Stored items

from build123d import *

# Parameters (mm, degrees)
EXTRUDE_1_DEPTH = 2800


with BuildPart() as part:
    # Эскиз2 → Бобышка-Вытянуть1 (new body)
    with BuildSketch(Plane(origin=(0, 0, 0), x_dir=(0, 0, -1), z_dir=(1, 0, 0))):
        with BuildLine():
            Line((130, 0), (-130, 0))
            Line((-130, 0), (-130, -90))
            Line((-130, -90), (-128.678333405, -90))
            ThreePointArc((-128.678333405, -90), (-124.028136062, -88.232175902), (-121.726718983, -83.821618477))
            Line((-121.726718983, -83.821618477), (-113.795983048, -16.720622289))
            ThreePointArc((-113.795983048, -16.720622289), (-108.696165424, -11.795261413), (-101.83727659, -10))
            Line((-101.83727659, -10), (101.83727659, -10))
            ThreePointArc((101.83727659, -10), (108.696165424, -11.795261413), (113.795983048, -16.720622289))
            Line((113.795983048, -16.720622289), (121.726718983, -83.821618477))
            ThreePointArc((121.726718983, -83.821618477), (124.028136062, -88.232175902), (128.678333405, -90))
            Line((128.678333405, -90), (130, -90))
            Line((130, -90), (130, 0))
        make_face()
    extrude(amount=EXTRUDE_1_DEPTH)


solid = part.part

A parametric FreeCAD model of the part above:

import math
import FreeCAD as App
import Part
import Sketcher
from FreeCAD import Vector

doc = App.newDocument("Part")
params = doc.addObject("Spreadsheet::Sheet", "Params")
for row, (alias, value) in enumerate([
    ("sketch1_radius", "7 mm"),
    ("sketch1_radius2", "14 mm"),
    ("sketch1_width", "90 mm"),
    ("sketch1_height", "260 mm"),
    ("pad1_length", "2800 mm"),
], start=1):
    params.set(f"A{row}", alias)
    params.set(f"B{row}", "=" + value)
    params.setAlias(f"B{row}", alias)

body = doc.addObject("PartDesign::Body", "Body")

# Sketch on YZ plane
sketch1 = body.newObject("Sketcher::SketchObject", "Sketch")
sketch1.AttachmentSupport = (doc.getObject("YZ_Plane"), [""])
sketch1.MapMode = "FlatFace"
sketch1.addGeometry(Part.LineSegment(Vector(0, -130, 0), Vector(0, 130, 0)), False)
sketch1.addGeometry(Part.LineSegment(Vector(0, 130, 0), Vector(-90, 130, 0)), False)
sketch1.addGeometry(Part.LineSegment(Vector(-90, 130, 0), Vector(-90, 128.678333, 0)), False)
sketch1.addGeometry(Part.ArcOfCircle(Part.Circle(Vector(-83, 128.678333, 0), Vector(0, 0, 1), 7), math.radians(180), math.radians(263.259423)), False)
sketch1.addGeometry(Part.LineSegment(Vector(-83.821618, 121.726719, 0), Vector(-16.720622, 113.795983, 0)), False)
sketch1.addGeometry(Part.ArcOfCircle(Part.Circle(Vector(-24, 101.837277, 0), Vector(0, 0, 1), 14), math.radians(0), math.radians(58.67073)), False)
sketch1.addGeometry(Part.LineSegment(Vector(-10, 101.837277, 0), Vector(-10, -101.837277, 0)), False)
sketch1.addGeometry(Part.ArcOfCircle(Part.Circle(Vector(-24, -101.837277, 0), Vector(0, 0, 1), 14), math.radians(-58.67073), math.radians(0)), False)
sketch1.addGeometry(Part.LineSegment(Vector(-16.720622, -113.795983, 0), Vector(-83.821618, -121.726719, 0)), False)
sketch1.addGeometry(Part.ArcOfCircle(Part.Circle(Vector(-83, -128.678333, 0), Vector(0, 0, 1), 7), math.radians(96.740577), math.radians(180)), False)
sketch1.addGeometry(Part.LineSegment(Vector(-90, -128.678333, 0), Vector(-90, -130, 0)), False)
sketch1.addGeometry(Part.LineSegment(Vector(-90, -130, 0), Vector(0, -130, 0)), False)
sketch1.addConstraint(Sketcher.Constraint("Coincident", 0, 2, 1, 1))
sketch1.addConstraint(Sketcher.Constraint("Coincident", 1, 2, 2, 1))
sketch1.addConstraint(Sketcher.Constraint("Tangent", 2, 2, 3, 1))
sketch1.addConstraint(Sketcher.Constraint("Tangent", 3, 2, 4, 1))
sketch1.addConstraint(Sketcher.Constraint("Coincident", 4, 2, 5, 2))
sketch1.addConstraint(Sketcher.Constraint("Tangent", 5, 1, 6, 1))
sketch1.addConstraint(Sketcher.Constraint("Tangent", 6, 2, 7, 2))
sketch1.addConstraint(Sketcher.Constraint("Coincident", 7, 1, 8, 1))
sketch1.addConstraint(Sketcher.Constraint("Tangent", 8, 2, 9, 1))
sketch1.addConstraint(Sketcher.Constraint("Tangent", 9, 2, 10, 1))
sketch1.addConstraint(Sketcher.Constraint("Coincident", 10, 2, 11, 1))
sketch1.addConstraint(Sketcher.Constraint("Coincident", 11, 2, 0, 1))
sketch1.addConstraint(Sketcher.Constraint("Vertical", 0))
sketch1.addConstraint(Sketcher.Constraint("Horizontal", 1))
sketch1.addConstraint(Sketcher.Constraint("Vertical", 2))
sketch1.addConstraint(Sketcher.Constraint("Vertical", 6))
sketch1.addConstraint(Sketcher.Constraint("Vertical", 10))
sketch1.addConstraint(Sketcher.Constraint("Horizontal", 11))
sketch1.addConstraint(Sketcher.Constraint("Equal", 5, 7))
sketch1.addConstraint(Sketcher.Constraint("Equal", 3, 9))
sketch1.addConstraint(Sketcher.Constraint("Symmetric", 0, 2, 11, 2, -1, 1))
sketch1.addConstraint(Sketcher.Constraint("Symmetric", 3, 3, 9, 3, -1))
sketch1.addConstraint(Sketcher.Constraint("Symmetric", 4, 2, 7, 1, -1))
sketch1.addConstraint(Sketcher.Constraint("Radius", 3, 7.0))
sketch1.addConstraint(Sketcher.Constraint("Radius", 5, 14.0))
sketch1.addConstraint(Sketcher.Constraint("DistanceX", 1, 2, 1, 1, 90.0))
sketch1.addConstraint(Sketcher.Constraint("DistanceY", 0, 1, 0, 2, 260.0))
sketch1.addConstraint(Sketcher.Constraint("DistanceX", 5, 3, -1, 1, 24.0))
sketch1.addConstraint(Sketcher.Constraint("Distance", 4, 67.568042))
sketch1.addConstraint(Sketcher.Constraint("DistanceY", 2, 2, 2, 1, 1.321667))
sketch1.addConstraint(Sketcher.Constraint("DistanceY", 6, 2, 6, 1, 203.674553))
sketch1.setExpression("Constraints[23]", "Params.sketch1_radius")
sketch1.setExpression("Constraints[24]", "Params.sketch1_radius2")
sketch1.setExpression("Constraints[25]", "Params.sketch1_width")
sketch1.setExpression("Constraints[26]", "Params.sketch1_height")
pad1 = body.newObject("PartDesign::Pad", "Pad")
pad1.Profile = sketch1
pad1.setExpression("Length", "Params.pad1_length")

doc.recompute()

■ **What you have to do**:
Please count the lines of the entries above that include "with" and give only the total.

■ **Response to the task**:
3